Esempio pratico: S.r.l. con debito IRES di €20.000
Per concretizzare tutti questi concetti, esaminiamo uno scenario ipotetico completo, seguendo la vicenda di una società di capitali con un debito IRES non pagato e il percorso per risolverlo.
Scenario: Alfa S.r.l., piccola società commerciale, ha realizzato nell’anno 2023 un utile imponibile significativo e deve versare un saldo IRES di €20.000 a giugno 2024. A causa di problemi di liquidità (clienti morosi, incremento costi), Alfa S.r.l. non versa tale importo. Analizziamo passo dopo passo cosa accade e cosa può fare la società:
- 30 giugno 2024: scadenza versamento saldo IRES 2023. Alfa non paga €20.000. Subito la società è in situazione di omesso versamento. Formalmente scatta la sanzione del 30%, ma questa verrà irrogata solo tramite iscrizione a ruolo, a meno che Alfa si ravveda. Se Alfa se ne accorge e volesse ravvedersi, entro 90 giorni potrebbe pagare con sanzione 1/9 (3,33%) + interessi legali ~5% anno. Ma supponiamo non lo fa per mancanza fondi.
- Ottobre 2024: l’Agenzia delle Entrate esegue il controllo automatizzato sulla dichiarazione 2024 di Alfa (Redditi 2024 per anno 2023) e rileva il saldo non versato. Emana quindi una Comunicazione di irregolarità (avviso bonario) indirizzata ad Alfa S.r.l. Nella comunicazione chiede: imposta €20.000 + sanzione ridotta 10% €2.000 + interessi da luglio a ottobre al 3,5% annuo (~€233). Totale ~€22.233 da pagare entro 30 giorni (essendo 2024, le vecchie regole dicono 30gg, ma poniamo che sia dopo l’entrata in vigore delega che l’ha portato a 60gg – comunque Alfa ha circa un mese-due per pagare con sanzione ridotta). Alfa S.r.l. però ancora non riesce a trovare i soldi e non paga nemmeno l’avviso bonario entro fine 2024.

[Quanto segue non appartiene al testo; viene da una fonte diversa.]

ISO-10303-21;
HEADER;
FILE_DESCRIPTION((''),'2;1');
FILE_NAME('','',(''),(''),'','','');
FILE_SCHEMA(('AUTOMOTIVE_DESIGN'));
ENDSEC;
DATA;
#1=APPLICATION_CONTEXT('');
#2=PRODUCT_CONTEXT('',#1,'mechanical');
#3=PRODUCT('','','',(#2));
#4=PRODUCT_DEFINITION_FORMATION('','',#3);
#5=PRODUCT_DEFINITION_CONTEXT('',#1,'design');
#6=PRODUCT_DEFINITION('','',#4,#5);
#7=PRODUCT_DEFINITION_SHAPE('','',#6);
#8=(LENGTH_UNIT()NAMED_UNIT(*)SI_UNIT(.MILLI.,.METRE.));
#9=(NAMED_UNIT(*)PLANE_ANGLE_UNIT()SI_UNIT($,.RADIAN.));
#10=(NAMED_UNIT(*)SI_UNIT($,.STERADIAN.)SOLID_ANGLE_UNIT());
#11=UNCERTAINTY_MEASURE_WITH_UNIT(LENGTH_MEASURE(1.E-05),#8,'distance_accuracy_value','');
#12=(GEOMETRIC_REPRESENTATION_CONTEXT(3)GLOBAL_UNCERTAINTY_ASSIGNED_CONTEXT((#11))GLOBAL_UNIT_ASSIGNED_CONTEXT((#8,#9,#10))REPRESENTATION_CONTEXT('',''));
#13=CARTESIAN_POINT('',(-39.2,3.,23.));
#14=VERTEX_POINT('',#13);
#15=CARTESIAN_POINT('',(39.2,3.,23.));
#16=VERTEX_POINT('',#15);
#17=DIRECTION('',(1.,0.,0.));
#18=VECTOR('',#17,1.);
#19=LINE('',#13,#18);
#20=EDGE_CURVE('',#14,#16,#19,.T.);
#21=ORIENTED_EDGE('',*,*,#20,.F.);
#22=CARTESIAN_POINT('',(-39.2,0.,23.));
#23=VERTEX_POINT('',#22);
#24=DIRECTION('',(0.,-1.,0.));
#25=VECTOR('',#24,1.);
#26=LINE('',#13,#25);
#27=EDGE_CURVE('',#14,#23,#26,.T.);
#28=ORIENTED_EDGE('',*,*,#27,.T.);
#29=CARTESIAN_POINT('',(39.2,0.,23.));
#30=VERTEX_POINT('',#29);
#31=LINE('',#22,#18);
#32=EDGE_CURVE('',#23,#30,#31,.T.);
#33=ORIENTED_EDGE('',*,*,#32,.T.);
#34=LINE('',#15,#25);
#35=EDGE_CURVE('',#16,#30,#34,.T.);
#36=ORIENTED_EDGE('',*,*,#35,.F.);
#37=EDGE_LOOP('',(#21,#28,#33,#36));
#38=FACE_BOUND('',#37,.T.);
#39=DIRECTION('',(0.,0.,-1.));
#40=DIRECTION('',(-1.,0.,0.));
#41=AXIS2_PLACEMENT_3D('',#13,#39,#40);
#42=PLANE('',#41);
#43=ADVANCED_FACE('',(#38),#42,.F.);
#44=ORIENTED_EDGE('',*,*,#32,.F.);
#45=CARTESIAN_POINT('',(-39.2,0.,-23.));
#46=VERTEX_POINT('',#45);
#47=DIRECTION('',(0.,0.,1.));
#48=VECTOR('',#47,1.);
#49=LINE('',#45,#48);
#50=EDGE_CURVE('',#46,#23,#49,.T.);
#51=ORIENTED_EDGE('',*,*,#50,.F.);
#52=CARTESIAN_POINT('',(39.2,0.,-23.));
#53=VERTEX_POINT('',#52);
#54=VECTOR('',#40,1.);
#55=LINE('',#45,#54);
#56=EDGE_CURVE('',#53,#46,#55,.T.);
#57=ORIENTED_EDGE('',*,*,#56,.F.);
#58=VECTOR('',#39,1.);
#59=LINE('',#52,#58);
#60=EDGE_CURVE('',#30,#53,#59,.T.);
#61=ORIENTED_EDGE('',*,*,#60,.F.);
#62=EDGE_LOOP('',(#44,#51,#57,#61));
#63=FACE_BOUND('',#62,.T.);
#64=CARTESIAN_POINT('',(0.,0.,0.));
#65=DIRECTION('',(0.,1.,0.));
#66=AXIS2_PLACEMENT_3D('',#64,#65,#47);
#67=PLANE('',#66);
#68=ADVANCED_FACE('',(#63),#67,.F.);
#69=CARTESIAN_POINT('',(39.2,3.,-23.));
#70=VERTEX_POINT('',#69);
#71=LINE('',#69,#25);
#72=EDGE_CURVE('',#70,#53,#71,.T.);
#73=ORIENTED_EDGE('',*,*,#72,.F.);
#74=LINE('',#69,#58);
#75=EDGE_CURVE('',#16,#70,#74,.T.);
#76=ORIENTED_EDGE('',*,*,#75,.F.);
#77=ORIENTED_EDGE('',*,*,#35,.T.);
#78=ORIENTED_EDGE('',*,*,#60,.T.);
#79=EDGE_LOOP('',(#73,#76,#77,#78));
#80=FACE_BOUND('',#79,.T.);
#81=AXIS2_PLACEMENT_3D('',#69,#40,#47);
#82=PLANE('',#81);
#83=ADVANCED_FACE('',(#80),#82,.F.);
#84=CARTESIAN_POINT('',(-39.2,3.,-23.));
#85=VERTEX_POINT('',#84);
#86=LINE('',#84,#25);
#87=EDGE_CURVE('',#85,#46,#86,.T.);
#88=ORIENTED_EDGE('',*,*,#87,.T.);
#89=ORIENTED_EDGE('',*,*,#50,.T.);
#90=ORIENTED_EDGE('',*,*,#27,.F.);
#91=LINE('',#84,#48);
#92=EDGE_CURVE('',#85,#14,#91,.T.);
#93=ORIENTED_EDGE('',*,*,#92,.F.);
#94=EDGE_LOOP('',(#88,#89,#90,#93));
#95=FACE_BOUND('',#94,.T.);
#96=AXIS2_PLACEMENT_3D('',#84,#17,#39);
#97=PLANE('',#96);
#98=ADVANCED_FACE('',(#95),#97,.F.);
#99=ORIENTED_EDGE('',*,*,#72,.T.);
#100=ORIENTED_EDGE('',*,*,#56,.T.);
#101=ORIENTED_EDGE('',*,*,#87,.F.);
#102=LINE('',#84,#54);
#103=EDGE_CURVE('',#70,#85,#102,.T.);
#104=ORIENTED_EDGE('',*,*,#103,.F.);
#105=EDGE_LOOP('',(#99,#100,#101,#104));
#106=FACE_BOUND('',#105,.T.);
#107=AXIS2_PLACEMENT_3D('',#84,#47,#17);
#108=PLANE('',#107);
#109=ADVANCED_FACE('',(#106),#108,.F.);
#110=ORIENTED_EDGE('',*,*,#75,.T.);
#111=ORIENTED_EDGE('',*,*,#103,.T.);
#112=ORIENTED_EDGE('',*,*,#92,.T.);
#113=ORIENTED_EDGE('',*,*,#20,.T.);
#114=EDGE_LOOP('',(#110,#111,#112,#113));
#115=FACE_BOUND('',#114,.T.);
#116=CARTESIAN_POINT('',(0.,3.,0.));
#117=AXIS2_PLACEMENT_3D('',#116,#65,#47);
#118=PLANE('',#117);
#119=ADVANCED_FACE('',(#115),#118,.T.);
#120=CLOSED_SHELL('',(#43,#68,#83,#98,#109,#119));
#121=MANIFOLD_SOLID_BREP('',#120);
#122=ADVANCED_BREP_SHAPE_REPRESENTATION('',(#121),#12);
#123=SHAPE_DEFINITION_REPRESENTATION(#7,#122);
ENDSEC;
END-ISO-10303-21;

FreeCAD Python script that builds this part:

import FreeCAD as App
import Part
import Sketcher
from FreeCAD import Vector
Q = App.Units.Quantity

doc = App.newDocument("Part")
body = doc.addObject("PartDesign::Body", "Body")

# Sketch on XZ plane
sketch1 = body.newObject("Sketcher::SketchObject", "Sketch")
sketch1.AttachmentSupport = (doc.getObject("XZ_Plane"), [""])
sketch1.MapMode = "FlatFace"
sketch1.addGeometry(Part.LineSegment(Vector(-39.2, -23, 0), Vector(-39.2, 23, 0)), False)
sketch1.addGeometry(Part.LineSegment(Vector(-39.2, 23, 0), Vector(39.2, 23, 0)), False)
sketch1.addGeometry(Part.LineSegment(Vector(39.2, 23, 0), Vector(39.2, -23, 0)), False)
sketch1.addGeometry(Part.LineSegment(Vector(39.2, -23, 0), Vector(-39.2, -23, 0)), False)
sketch1.addConstraint(Sketcher.Constraint("Coincident", 0, 2, 1, 1))
sketch1.addConstraint(Sketcher.Constraint("Coincident", 1, 2, 2, 1))
sketch1.addConstraint(Sketcher.Constraint("Coincident", 2, 2, 3, 1))
sketch1.addConstraint(Sketcher.Constraint("Coincident", 3, 2, 0, 1))
sketch1.addConstraint(Sketcher.Constraint("Vertical", 0))
sketch1.addConstraint(Sketcher.Constraint("Horizontal", 1))
sketch1.addConstraint(Sketcher.Constraint("Vertical", 2))
sketch1.addConstraint(Sketcher.Constraint("Horizontal", 3))
sketch1.addConstraint(Sketcher.Constraint("Symmetric", 0, 2, 2, 2, -1, 1))
sketch1.addConstraint(Sketcher.Constraint("DistanceY", 0, 1, 0, 2, Q("46 mm")))
sketch1.addConstraint(Sketcher.Constraint("DistanceX", 1, 1, 1, 2, Q("78.4 mm")))
pad1 = body.newObject("PartDesign::Pad", "Pad")
pad1.Profile = sketch1
pad1.Length = 3
pad1.Reversed = True

doc.recompute()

- 1° marzo 2025: trascorsi i termini dall’avviso bonario, l’Agenzia delle Entrate iscrive a ruolo il debito di Alfa. Calcola la sanzione piena del 30% = €6.000, detratti i €2.000 eventualmente già richiesti con bonario e non pagati (ma in realtà si iscrive il 30% intero se nulla pagato). Aggiunge gli interessi di ritardata iscrizione al tasso 4% annuo dal 1/7/2024 al 1/3/2025 (~8 mesi = 0,67 anni, su €20k = €536). Quindi il ruolo porta: imposta €20.000 + sanzione €6.000 + interessi ruoli €536 = €26.536. L’Agenzia trasmette il ruolo all’Agenzia Entrate-Riscossione per la notifica.
- 15 marzo 2025: l’Agente della Riscossione, rispettando il termine di 9 mesi dal carico (ricevuto a marzo 2025, 9 mesi scadono a fine 2025, quindi è dentro), provvede immediatamente alla notifica della cartella di pagamento ad Alfa S.r.l. via PEC. La cartella riporta: €20.000 imposta, €6.000 sanzioni, €536 interessi, €5 di spese notifica, totale = €26.541 da pagare entro 60 giorni. Alfa S.r.l. riceve la PEC (il suo cassetto PEC, monitorato dal commercialista, registra l’arrivo).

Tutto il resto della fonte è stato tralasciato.